NEWSFLASH, homies:  For millennia mankind has had to work to provide sustenance, for daily life, for their descendants, to achieve, to discover, to flourish, to dominate.  Work.  Its all work.  It has ever been work-whether your belief in human origin is Biblical or darwhimsical, mankind has had to work in order to survive. In the not very distant past, life for "ordinary" people was brutally hard in the extreme.  Death was an acquaintance to all and visited frequently and unannounced, more than can be conceived in the post-modern world.
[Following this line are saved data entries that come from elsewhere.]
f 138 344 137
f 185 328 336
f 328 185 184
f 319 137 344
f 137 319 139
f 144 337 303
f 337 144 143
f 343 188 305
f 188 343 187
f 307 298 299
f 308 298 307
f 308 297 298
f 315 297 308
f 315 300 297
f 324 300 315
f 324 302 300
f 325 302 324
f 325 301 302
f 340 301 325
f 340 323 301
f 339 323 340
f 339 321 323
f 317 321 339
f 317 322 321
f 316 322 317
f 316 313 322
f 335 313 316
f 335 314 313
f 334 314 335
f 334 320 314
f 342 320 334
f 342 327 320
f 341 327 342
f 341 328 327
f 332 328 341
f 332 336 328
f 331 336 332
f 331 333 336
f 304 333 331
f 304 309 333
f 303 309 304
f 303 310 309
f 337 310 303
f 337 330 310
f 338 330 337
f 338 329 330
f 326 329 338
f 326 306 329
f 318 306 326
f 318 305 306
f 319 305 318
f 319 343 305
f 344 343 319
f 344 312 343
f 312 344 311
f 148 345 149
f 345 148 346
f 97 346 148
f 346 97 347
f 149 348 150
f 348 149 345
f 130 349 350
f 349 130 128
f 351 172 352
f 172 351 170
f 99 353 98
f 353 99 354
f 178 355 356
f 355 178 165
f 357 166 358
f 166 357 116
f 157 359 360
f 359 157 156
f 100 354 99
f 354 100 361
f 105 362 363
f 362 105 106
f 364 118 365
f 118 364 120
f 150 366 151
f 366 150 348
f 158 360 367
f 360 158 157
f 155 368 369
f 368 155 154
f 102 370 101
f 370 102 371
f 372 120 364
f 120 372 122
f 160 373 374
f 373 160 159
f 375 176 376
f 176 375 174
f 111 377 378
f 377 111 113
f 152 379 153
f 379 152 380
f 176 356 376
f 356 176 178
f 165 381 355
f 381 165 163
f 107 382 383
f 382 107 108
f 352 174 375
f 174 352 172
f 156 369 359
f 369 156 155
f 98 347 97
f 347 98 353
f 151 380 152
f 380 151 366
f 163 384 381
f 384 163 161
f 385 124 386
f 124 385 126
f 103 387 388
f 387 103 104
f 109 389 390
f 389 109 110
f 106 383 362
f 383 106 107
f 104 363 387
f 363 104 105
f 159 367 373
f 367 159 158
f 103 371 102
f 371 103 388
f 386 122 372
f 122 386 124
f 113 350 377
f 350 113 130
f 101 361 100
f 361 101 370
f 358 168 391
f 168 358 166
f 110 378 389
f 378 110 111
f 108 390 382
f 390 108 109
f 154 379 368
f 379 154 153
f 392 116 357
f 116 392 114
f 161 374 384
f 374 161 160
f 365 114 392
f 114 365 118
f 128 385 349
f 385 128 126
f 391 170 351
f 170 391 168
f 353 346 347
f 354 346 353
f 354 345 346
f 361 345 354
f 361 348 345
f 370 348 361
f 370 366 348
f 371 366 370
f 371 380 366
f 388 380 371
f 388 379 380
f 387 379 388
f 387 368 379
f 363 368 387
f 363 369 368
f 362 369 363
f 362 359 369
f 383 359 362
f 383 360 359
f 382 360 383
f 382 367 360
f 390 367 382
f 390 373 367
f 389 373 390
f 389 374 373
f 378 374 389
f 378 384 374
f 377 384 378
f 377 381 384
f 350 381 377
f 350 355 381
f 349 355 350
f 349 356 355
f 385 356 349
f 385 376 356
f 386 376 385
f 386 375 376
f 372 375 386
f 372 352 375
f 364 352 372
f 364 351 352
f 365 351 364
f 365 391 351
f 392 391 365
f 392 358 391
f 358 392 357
Slaves had the added burden of being owned-property-like a tractor, a cow, or a popsickle stick, and were treated in almost exact accordance with the value to the owner their work could provide.  "Free" folks have always done as they wished in this country, and have prospered or perished because of it.  Slaves, as property, as chattel, had to do what their owners wished, to the slaves' prosperity or detriment.  They did not get to choose.  Work is the only binding thread between today's working class  Americans and yesteryear's slaves, if you can stretch it out that far.
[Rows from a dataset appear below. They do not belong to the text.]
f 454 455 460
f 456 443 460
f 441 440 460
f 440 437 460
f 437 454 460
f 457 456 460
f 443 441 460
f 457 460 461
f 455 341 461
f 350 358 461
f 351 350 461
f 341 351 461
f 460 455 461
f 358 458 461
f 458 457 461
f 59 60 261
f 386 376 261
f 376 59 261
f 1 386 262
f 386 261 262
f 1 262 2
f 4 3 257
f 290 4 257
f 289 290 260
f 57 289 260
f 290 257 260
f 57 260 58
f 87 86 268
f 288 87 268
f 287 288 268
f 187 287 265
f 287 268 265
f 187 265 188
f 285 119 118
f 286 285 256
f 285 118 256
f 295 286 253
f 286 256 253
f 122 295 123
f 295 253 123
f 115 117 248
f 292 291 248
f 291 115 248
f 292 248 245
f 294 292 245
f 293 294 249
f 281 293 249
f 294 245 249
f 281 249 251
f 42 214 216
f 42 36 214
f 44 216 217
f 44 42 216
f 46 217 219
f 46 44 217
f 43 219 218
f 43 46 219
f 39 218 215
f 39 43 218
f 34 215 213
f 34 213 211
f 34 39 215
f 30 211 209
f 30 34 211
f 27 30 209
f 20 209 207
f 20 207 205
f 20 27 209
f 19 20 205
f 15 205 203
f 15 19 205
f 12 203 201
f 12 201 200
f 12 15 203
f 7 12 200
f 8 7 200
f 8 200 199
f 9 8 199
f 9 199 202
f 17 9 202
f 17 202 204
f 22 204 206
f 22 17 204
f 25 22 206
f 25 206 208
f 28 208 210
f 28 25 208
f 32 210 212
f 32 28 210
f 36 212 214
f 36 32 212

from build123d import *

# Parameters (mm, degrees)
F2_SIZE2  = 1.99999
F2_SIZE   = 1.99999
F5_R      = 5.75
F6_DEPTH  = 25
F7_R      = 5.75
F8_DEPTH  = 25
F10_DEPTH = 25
Americans of all classes, finances, and ethnicities would do well to stop talking and read.  Read history, read the ancient philosophers, read the classics.  Turn off your idiot screens and pick up a book.  


African Americans would learn it was their own people who sold them into the slavery that poisoned America.  They would learn the very first legal owner of slaves in the United States was an African American in Virginia.  They would learn that as property, the owners of those slaves cared for them as the valuable property they were, and those slaves were whipped as much as the owner would whip a tractor.  Yes, there were foolish and stupid owners of slaves back then, as there are foolish and stupid owners of tractors today.  They would learn that slavery was on its way out at the time of the Civil War, being replaced by, well... tractors. They would understand the wisdom of celebrating the people who labored for the true betterment of the African Americans as an ethnicity, such as George Washington Carver, Booker T. Washington, Benjamin Banneker, Harriet Tubman, etc., instead of wallowing in the poverty of mind and spirit today's "civil" rights practices have become.  They would learn that they are not slaves today, and that they do not have to prescribe to the violent ideas about their identity as an American ethnicity, and have the freedom to do and to be what lofty dreams call them to.
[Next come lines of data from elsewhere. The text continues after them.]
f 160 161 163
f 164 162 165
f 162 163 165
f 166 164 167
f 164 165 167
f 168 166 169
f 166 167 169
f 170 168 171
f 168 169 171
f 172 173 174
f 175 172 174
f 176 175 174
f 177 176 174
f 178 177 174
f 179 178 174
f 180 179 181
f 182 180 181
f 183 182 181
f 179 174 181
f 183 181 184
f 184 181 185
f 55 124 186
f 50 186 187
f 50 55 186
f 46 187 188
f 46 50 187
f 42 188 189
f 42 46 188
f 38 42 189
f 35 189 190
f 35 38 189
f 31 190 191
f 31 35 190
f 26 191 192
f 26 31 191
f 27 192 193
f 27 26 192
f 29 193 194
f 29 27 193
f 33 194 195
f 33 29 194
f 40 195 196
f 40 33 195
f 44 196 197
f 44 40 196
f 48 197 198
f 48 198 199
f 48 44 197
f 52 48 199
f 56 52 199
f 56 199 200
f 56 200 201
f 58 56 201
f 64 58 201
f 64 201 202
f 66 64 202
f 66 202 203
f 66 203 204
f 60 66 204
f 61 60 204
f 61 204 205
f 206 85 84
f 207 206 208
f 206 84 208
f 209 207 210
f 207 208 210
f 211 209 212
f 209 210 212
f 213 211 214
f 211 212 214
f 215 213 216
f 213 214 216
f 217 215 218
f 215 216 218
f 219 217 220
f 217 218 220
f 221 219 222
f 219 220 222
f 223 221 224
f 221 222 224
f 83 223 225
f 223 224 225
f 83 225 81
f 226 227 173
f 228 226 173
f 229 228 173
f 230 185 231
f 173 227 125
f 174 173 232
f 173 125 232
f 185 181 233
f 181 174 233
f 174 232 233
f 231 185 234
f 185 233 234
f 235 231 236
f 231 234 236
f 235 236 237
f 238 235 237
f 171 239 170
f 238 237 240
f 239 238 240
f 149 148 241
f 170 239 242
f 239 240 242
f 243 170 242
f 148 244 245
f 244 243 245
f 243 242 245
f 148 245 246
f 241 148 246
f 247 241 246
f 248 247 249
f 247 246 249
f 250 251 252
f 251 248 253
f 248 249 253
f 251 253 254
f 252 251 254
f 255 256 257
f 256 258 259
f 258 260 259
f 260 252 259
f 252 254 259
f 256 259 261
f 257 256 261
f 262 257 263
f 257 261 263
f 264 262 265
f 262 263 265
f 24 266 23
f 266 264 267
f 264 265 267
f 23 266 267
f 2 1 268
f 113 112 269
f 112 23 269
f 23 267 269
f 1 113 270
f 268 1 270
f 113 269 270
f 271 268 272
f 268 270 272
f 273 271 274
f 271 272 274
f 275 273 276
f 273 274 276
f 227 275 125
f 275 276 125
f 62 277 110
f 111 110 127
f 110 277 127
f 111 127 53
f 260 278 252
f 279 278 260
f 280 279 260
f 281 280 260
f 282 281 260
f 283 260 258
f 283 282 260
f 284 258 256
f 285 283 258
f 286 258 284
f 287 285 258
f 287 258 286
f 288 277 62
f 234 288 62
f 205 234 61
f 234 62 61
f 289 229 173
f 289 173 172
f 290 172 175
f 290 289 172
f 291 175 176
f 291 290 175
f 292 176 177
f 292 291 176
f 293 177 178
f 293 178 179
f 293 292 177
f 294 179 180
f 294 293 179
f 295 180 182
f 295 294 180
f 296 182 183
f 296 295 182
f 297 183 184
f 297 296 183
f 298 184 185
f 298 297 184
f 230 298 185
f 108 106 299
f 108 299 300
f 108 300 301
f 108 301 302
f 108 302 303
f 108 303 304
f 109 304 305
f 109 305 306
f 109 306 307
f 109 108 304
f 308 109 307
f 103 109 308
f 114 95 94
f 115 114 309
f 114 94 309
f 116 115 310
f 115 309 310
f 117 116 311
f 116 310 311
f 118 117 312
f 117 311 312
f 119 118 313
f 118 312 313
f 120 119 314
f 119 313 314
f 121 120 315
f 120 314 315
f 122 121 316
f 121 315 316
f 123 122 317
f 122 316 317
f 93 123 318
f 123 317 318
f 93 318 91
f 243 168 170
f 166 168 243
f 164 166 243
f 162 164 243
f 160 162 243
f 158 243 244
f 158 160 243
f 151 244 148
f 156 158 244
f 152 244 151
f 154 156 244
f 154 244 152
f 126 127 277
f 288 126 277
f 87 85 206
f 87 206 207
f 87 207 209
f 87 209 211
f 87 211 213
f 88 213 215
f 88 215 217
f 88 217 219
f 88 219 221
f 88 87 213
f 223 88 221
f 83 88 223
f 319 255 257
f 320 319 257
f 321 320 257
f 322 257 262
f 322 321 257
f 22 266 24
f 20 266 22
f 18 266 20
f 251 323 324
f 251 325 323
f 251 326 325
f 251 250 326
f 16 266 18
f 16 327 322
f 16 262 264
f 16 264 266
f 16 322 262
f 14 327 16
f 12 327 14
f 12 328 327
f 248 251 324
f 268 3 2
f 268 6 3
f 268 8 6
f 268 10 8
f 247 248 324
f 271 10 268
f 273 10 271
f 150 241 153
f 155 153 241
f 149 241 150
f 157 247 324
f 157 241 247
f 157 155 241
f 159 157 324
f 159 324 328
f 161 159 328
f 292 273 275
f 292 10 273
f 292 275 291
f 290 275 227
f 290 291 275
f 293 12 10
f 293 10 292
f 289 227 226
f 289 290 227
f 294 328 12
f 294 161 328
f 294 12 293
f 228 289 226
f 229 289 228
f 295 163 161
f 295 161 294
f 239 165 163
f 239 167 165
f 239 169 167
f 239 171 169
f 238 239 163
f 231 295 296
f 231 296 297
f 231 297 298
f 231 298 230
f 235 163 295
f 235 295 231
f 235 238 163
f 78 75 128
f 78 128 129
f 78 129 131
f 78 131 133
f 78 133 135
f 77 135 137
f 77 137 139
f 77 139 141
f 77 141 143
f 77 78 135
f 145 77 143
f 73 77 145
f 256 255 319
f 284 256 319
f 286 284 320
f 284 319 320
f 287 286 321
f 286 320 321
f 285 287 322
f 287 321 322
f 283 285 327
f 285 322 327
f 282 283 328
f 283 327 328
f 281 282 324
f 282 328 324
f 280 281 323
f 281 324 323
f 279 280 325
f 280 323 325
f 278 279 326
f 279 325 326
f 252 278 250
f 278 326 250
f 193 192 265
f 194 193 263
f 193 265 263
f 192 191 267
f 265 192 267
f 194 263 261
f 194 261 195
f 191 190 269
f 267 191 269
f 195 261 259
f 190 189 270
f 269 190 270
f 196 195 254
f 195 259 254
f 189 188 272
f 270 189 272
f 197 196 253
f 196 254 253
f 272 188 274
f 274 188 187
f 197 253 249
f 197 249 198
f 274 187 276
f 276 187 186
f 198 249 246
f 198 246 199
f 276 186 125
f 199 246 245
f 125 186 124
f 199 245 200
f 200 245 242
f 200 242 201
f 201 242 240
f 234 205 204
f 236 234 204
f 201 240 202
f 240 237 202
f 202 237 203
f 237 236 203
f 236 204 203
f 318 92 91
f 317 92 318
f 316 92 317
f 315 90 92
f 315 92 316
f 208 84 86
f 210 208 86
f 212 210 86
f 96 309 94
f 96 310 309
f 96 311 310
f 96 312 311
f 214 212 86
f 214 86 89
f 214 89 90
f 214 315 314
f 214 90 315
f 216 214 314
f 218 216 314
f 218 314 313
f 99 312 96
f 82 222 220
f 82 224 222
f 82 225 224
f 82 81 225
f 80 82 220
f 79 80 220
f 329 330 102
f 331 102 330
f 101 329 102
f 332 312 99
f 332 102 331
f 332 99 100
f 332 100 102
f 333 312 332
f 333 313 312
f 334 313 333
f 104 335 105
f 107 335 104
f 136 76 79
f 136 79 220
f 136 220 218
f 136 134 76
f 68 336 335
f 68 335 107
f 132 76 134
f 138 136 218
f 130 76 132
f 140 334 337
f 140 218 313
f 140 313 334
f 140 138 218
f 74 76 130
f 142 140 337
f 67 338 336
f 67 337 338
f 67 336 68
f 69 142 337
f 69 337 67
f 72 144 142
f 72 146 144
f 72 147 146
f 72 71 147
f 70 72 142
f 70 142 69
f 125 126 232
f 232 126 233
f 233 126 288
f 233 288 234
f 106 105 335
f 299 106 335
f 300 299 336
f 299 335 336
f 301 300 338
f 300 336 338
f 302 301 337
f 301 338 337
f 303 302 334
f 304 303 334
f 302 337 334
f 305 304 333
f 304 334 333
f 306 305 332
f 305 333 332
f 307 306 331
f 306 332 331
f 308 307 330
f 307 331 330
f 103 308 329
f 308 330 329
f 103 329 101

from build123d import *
"White" or (perceived) working class Americans would learn that their lives of work, taxpaying, and "slavery" is the most comfortable, plush, most iridescently effortless slavery that has or will ever exist.  They would learn that without work, they would quickly turn into a despotic, perverted, and blood-thirsty society that would be treated by death, pain, and destruction like a used-up whore.  They would learn that Old Abe's Emancipation Proclamation freed southern slaves only and was not even enforceable at the time, and that northern slaves not only existed, but were utterly overlooked.  They would learn that giants of the Confederacy such as Gen. Thomas "Stonewall" Jackson rebelliously taught slaves to read, write, and taught them the Bible against his very church's and county's law, and that Gen. Robert E. Lee was vocal in opposition to slavery in his day. They would be grateful for this, what they refer to as their "slavery" today, and would have to rethink the meaning and purpose of their seemingly drab, worker bee lives.


If you are human, you are made in the Image and Likeness of Elohim, God Almighty.  No matter who or what claims ownership over you, YOU ARE HIS.  And He gives you the freedom to act and react and learn and move and have being according to your will, your mind, your strength, your creativity, and in whatever circumstances you may be.  STOP HATING!  HATE HATE, if you must hate something.  See God's likeness in all ethnicities.  Also, work with your hands, and teach your children to do likewise.  Those who do so give glory to God, even if they do not believe, and are esteemed by everyone around them. 


Stop listening to the mainstream media.  They are the devil's nasty little hooks.  He's fishin' for you.